How Least Privilege Works as a Living Authorization Outcome
Least privilege is stronger when treated as an ongoing authorization decision that follows the workload, not the person or system label. For NHIs, this means scoping access to the minimum object, action, and environment needed for a single function, then revisiting that scope as soon as the function changes. Current guidance suggests pairing RBAC with tighter context checks, because role assignment alone rarely captures runtime risk, especially in infrastructure, CI/CD, and agentic workflows.
Practically, mature teams narrow privilege with a few repeatable controls:
- Use short-lived credentials instead of static secrets so access expires with the task.
- Separate read, write, and administrative actions instead of bundling them into broad service roles.
- Re-evaluate permissions at request time using policy-as-code and environment context.
- Revoke dormant accounts, tokens, and keys when a workload, pipeline, or integration changes.

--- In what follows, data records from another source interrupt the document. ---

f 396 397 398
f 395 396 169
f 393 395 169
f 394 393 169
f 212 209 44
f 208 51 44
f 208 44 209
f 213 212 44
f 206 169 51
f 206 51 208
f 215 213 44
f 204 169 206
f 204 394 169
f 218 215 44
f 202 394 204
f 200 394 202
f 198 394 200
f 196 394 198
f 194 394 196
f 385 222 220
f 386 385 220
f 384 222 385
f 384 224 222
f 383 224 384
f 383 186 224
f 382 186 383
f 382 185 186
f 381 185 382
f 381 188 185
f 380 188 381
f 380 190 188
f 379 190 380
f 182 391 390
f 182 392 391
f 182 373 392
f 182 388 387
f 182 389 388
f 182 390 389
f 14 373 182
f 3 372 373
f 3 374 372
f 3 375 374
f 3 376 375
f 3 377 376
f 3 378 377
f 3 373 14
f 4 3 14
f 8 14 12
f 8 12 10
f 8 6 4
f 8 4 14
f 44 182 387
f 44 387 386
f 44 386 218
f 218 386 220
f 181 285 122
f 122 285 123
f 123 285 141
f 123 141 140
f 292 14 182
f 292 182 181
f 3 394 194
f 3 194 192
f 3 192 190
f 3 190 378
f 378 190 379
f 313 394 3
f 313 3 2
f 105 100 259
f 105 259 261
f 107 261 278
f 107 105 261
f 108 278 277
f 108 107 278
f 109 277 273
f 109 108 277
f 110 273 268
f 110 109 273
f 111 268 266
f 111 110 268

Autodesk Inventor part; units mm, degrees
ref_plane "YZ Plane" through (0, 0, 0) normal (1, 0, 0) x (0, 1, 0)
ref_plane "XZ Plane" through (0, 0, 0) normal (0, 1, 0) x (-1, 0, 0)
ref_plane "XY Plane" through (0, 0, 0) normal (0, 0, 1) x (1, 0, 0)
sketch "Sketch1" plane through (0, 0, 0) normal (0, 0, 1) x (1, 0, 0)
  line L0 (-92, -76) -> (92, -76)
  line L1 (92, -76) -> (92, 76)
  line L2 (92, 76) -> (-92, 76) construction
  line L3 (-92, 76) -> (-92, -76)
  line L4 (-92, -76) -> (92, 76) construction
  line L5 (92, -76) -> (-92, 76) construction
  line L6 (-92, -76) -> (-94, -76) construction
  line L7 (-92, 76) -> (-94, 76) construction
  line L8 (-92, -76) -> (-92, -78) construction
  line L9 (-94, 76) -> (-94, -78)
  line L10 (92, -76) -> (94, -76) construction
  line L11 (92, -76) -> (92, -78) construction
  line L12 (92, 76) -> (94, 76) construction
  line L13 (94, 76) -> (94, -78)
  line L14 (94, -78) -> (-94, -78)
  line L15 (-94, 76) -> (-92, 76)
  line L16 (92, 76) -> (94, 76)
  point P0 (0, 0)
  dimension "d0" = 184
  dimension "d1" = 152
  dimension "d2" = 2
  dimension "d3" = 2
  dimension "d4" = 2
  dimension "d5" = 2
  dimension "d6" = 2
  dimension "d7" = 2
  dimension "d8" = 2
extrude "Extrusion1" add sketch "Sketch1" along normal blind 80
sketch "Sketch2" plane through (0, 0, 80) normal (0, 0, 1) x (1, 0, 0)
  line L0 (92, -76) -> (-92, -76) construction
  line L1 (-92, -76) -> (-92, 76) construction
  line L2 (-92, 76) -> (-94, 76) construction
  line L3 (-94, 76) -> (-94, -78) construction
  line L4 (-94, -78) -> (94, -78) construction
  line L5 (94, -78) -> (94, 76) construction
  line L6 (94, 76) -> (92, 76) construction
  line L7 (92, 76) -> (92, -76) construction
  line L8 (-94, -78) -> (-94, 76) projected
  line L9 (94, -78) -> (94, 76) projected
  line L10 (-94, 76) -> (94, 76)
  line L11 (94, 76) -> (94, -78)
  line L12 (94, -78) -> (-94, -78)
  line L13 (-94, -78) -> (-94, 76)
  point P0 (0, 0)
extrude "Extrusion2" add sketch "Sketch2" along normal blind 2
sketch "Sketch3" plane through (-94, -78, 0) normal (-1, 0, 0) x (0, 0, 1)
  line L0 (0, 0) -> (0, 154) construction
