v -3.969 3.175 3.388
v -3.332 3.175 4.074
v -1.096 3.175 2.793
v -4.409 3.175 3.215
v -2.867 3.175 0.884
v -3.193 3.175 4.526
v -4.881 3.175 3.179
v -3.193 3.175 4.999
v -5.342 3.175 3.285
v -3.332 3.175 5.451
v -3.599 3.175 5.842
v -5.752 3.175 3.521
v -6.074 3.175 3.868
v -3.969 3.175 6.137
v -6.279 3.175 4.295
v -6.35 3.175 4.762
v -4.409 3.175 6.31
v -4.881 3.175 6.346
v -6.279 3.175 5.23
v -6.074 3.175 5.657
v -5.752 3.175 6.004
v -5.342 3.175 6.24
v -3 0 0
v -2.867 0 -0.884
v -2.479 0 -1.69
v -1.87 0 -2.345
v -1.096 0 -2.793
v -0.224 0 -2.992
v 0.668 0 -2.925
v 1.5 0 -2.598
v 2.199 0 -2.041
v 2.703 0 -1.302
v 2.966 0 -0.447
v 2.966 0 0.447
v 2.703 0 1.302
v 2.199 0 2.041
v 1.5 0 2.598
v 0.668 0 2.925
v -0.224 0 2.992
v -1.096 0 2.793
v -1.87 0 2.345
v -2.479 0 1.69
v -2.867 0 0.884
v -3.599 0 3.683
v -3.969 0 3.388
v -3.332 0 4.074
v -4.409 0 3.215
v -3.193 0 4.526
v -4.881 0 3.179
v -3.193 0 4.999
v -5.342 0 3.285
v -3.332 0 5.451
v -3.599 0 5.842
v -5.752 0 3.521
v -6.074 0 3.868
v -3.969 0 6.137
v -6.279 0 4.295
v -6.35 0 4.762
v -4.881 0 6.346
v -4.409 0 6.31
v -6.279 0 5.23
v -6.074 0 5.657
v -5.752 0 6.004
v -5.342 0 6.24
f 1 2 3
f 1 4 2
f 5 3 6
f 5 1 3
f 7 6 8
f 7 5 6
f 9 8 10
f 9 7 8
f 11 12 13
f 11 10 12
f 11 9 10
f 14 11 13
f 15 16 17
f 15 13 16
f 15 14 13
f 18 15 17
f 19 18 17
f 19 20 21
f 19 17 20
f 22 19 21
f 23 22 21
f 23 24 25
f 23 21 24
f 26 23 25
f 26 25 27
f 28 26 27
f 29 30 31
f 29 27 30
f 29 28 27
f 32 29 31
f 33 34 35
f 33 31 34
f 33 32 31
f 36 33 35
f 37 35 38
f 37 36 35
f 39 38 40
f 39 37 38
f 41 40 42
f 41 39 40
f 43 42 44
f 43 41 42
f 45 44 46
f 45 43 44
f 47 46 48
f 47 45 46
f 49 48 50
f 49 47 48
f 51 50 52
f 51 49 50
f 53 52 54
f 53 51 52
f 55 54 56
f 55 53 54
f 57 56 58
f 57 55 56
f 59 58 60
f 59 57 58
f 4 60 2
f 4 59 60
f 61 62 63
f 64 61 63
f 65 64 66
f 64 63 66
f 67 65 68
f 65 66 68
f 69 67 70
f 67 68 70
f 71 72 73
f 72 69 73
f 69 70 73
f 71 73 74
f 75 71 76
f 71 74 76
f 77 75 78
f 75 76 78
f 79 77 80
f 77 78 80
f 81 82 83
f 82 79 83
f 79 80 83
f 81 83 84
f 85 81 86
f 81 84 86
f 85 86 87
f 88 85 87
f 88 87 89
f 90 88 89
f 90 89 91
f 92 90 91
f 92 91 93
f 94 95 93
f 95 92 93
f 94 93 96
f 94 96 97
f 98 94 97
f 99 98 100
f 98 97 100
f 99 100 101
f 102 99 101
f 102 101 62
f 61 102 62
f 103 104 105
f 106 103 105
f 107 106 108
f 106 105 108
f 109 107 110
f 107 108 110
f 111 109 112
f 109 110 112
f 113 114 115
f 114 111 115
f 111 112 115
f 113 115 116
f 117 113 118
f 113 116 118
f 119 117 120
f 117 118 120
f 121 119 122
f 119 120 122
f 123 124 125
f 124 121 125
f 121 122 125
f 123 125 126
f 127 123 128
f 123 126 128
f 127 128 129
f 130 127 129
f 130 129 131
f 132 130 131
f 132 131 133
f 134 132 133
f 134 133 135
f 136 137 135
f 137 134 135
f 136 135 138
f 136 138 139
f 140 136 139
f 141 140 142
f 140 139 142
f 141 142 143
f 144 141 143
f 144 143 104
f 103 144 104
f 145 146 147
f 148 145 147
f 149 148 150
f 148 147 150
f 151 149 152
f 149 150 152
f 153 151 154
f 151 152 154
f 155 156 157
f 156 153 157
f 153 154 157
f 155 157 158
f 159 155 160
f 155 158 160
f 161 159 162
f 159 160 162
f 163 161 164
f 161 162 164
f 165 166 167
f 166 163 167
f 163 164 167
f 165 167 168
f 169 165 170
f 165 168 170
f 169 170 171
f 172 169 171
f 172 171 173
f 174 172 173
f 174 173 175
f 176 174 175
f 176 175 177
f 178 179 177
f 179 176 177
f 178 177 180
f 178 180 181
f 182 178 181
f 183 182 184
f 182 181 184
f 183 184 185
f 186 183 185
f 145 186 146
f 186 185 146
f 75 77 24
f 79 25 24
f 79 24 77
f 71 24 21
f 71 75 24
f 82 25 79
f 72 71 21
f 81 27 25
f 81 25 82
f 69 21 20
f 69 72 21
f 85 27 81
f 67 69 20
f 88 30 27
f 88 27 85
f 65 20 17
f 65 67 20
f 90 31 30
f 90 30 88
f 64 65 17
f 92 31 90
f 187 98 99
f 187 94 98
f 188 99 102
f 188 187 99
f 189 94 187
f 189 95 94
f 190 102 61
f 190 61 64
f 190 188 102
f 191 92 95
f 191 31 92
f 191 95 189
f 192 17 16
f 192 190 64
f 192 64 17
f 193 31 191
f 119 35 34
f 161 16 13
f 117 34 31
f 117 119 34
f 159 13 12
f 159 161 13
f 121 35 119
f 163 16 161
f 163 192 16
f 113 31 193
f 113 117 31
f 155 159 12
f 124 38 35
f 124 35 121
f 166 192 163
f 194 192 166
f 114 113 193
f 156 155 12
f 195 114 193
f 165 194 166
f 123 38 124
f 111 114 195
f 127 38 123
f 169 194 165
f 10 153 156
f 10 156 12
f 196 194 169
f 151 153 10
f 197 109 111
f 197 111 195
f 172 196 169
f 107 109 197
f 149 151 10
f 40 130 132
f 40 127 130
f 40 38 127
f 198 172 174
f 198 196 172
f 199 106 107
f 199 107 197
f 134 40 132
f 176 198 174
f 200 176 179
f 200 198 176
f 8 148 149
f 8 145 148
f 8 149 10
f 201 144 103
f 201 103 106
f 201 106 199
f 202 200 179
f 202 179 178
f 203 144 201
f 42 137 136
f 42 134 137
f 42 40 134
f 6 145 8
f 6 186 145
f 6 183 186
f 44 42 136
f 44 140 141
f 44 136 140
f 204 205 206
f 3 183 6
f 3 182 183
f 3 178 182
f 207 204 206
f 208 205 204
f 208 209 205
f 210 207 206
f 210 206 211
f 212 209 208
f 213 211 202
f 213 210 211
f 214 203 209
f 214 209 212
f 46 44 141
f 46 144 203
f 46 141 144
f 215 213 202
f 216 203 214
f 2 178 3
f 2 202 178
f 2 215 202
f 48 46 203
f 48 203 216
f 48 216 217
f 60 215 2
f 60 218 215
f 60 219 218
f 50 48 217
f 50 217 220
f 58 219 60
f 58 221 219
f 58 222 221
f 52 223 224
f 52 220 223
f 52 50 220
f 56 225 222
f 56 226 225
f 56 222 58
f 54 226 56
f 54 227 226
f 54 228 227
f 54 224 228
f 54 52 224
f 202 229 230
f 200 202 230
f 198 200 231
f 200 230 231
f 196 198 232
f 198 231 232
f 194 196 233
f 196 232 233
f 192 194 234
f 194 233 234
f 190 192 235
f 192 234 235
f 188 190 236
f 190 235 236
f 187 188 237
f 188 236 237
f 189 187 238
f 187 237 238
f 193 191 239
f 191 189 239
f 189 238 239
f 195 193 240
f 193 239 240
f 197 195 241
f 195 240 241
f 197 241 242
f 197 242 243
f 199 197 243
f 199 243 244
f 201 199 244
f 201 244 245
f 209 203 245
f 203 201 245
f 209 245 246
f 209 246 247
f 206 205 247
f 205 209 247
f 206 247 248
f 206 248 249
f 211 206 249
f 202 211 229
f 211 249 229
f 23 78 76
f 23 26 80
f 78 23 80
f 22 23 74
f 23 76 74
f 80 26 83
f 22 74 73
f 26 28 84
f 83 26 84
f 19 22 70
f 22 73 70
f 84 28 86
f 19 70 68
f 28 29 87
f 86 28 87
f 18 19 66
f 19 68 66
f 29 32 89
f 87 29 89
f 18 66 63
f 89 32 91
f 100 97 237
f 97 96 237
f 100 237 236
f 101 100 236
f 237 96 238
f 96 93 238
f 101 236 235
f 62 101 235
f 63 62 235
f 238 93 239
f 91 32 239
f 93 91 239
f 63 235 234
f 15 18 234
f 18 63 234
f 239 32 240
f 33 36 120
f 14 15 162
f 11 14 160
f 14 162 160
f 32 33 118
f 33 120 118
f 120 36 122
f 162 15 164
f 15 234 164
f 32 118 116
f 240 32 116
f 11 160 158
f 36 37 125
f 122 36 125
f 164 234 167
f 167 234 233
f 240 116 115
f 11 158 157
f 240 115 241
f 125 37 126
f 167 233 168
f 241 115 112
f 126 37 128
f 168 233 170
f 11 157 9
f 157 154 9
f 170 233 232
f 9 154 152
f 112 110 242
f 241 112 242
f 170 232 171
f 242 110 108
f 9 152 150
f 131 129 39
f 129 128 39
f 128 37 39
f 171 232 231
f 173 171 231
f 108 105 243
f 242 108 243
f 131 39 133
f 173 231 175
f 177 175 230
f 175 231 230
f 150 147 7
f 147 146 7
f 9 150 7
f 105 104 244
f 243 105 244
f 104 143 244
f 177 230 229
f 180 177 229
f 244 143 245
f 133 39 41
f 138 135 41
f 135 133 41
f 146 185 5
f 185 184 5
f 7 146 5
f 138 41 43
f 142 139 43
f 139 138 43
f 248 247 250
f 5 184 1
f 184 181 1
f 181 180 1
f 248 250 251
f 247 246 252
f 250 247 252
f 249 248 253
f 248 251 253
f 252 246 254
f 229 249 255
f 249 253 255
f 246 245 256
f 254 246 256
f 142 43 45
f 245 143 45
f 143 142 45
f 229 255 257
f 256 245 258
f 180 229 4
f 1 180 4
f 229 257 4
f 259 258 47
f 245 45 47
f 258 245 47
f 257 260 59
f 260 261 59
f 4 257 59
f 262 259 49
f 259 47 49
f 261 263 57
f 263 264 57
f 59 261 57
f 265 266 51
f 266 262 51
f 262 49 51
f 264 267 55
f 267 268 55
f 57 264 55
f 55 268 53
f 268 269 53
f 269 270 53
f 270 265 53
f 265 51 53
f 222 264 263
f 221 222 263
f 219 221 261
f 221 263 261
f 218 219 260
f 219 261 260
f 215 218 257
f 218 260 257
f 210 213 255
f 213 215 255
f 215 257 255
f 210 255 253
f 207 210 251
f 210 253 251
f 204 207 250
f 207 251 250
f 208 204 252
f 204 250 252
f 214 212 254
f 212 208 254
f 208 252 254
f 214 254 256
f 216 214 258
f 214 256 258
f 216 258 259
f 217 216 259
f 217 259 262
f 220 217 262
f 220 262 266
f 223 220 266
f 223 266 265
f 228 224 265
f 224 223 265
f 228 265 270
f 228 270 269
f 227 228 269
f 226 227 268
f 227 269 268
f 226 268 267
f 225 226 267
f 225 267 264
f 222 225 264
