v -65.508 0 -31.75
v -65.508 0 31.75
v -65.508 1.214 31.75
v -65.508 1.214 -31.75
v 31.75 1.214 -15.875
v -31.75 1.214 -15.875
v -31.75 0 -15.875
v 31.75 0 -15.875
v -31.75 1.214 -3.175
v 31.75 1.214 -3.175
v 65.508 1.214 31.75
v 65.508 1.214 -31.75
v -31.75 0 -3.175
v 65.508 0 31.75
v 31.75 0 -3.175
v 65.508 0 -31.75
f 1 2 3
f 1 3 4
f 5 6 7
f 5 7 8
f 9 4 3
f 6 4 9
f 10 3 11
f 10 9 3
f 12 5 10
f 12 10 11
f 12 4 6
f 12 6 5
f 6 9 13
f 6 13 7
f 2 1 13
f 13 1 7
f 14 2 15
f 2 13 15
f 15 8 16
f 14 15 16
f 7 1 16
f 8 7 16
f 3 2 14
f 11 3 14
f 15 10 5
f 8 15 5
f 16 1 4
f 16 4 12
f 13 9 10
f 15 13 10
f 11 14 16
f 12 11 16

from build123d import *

# Parameters (mm, degrees)
SKETCH1_W           = 131.01574
SKETCH1_H           = 63.5
BOSS_EXTRUDE1_DEPTH = 1.21412
SKETCH2_W           = 63.5
SKETCH2_H           = 12.7
CUT_EXTRUDE1_DEPTH  = 2.21412


with BuildPart() as part:
    # Sketch1 → Boss-Extrude1 (new body)
    with BuildSketch(Plane(origin=(0, 0, 0), x_dir=(1, 0, 0), z_dir=(0, 1, 0))):
        Rectangle(SKETCH1_W, SKETCH1_H)
    extrude(amount=BOSS_EXTRUDE1_DEPTH)

    # Sketch2 → Cut-Extrude1 (cut, through all)
    with BuildSketch(Plane(origin=(0, 1.21412, 0), x_dir=(1, 0, 0), z_dir=(0, 1, 0))):
        with Locations((0, 9.525)):
            Rectangle(SKETCH2_W, SKETCH2_H)
    extrude(amount=-CUT_EXTRUDE1_DEPTH, mode=Mode.SUBTRACT)


solid = part.part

NIST’s Zero Trust Architecture is useful here because it treats trust as something to be continuously verified, not permanently granted. The same operational logic appears in NHIMG’s Ultimate Guide to NHIs, which highlights how long-lived secrets and excessive privileges expand blast radius. For agentic systems, this becomes even more important because the workload can chain tools, shift intent, and make privileged calls at runtime. These controls tend to break down when legacy applications require persistent service credentials because there is no clean place to re-authorize each action.
Where the Control Breaks Down in Real Environments
Tighter least-privilege enforcement often increases operational overhead, requiring organisations to balance security gains against deployment friction and support cost. That tradeoff becomes visible in environments with brittle legacy integrations, shared service accounts, or pipelines that were never designed for short-lived authorization. Best practice is evolving, but there is no universal standard for how far to collapse roles, how often to recertify them, or when to replace static entitlements with runtime policy checks.

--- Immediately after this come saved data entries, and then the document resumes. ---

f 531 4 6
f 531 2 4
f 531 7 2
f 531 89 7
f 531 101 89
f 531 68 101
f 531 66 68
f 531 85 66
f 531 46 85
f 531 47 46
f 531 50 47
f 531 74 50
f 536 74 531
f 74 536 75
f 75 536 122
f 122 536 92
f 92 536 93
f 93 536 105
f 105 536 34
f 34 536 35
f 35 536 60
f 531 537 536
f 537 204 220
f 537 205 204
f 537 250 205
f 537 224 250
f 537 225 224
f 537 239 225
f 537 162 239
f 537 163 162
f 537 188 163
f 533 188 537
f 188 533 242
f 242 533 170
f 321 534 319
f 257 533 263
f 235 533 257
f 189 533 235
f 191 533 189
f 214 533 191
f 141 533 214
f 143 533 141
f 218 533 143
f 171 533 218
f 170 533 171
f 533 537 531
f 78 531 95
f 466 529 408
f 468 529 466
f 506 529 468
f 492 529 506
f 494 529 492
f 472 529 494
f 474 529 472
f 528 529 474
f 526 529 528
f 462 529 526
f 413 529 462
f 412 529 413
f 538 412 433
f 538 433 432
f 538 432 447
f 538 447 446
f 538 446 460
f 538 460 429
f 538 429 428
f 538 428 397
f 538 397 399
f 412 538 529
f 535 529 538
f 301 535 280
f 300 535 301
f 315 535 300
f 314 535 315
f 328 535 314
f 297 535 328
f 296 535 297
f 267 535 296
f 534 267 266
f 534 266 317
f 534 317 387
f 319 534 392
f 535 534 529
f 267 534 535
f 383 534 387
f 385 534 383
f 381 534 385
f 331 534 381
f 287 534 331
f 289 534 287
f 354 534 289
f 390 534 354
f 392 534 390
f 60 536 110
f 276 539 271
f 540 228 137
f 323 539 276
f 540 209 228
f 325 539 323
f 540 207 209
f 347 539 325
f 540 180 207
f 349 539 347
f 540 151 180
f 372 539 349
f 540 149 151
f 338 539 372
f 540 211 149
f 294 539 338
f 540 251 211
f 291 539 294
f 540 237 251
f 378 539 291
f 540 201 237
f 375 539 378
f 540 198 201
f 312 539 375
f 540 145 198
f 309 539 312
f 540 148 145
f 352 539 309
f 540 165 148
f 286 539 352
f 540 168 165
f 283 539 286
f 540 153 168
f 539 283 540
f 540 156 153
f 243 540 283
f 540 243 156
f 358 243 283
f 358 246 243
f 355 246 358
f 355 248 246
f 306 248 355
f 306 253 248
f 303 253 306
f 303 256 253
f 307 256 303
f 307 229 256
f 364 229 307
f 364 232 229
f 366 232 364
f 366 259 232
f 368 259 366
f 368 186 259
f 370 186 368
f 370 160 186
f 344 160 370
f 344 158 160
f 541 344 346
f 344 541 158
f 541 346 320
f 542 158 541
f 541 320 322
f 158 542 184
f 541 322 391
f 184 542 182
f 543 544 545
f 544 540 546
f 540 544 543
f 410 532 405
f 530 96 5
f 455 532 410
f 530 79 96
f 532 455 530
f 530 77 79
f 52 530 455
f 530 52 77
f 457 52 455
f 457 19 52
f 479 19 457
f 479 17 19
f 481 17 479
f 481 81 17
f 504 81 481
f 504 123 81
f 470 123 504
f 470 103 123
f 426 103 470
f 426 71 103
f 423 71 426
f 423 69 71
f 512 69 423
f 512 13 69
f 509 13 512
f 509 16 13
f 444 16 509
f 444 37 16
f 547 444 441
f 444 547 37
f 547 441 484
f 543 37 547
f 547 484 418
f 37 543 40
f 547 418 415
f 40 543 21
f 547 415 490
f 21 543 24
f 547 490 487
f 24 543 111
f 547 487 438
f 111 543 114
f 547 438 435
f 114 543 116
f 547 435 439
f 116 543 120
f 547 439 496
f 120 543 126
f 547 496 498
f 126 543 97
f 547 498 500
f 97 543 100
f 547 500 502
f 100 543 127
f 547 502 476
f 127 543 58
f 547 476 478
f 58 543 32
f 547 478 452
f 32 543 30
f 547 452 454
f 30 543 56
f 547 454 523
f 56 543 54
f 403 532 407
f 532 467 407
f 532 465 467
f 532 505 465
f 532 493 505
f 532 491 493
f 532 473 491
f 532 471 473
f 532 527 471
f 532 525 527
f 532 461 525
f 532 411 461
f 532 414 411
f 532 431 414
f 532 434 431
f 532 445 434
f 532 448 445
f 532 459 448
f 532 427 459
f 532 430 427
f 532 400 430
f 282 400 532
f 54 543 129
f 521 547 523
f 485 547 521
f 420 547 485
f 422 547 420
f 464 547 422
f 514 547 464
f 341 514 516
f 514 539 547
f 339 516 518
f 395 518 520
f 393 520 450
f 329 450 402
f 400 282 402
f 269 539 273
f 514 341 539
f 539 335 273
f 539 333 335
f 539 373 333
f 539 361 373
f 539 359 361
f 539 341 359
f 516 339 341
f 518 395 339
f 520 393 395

Three edge cases matter most. First, shared automation accounts often hide the true privilege owner, so reviews miss who can actually use the access. Second, emergency access paths can quietly become standing privilege if they are not time-bound and audited. Third, agentic and multi-step workloads need narrower scope at every step, not just at initial login. That is why the 52 NHI Breaches Analysis is relevant: repeated failures usually stem from persistent credentials and unchecked authorization drift, not from a single bad grant. If a process cannot prove when privilege starts, narrows, and ends, least privilege is only a policy statement, not an enforced control.
Standards & Framework Alignment
This section maps relevant standards and security frameworks to the operational risks and controls described in this guidance.
OWASP Non-Human Identity Top 10 address the attack and risk surface, while NIST AI RMF and NIST Zero Trust (SP 800-207) set the governance and control requirements practitioners need to meet.
| Framework | Control / Reference | Relevance |
|---|---|---|
| OWASP Non-Human Identity Top 10 | NHI-03 | Over-privilege and stale NHI access are core risks covered here. |
| NIST AI RMF | Least privilege for autonomous systems requires continuous AI governance. | |
| NIST Zero Trust (SP 800-207) | PR.AC-4 | Least privilege depends on continuous verification, not one-time access grants. |
Review NHI scopes regularly and remove any permission that is not needed for current task execution.